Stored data
---+---
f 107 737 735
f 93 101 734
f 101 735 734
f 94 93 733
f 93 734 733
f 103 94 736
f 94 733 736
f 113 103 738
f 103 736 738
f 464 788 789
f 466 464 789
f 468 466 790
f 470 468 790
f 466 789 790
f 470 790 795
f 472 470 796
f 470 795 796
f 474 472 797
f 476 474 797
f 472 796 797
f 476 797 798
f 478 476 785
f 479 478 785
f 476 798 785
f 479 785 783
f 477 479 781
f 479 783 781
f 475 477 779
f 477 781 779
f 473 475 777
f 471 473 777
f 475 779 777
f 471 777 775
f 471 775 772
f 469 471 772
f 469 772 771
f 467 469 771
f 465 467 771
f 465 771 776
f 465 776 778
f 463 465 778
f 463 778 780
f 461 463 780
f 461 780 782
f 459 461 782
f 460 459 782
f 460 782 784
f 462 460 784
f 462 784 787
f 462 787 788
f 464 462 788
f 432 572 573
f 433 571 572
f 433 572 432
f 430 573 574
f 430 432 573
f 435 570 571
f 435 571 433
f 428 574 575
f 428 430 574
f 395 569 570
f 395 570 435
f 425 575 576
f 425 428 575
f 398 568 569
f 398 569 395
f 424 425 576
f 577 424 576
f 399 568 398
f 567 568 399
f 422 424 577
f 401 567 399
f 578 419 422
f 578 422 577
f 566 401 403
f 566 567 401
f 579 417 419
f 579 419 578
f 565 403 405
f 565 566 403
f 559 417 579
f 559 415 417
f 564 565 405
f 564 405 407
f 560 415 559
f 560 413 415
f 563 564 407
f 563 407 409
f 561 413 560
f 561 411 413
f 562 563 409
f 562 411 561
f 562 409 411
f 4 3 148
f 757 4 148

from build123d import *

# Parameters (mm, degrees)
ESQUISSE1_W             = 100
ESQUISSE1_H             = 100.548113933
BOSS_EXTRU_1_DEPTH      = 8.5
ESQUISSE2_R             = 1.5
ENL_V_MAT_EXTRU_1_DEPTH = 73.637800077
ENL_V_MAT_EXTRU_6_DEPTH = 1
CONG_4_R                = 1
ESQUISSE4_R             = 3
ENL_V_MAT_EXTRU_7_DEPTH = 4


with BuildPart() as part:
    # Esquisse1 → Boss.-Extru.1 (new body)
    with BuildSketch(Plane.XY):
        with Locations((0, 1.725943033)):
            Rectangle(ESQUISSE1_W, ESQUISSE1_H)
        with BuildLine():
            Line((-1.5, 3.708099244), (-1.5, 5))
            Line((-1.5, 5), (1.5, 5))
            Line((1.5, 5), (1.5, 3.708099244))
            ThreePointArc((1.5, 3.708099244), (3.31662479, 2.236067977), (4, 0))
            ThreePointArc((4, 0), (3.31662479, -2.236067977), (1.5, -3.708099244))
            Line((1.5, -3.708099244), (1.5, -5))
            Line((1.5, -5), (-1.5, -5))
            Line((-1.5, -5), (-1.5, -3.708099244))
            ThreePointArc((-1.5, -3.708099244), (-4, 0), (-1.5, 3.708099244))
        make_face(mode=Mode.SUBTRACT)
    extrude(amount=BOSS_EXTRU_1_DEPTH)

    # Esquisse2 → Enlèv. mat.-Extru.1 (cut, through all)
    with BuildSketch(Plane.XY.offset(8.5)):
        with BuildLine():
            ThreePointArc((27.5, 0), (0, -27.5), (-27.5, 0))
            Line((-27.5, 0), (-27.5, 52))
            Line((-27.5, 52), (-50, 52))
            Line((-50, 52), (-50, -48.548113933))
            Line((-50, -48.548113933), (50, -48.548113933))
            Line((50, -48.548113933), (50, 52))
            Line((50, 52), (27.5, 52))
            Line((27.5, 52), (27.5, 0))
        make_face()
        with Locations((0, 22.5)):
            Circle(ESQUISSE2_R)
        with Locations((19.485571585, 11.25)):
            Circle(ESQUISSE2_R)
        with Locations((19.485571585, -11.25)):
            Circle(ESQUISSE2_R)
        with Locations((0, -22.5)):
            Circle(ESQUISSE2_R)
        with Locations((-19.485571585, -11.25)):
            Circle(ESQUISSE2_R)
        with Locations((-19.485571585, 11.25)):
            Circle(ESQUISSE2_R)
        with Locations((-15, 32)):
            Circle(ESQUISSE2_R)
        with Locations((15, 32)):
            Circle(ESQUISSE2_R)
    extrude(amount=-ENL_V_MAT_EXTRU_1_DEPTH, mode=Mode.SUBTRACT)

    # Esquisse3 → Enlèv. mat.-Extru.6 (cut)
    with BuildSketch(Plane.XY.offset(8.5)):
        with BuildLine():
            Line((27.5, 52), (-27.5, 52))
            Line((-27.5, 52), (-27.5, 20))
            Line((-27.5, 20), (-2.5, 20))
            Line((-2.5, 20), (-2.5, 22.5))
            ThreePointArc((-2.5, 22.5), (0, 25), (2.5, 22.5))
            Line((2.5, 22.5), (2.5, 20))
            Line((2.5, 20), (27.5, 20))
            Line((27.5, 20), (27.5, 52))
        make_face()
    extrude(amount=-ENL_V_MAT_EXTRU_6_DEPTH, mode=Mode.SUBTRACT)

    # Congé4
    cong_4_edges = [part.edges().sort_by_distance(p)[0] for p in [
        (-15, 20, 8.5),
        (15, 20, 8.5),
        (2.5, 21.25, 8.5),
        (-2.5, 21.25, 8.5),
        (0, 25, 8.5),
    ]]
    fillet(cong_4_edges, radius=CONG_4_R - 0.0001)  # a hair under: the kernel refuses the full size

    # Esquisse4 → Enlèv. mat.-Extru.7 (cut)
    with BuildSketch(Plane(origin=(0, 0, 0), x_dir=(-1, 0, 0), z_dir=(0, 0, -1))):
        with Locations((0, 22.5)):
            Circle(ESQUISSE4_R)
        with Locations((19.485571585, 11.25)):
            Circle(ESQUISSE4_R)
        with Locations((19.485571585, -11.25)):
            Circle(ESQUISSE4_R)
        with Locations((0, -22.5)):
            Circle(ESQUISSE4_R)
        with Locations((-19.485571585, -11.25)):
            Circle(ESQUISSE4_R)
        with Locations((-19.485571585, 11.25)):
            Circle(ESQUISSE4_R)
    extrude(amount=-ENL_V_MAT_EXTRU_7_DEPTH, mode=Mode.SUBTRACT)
---+---
Identify the lines above with the word "extrude". Copy them.

=== Task output ===
    extrude(amount=BOSS_EXTRU_1_DEPTH)
    extrude(amount=-ENL_V_MAT_EXTRU_1_DEPTH, mode=Mode.SUBTRACT)
    extrude(amount=-ENL_V_MAT_EXTRU_6_DEPTH, mode=Mode.SUBTRACT)
    extrude(amount=-ENL_V_MAT_EXTRU_7_DEPTH, mode=Mode.SUBTRACT)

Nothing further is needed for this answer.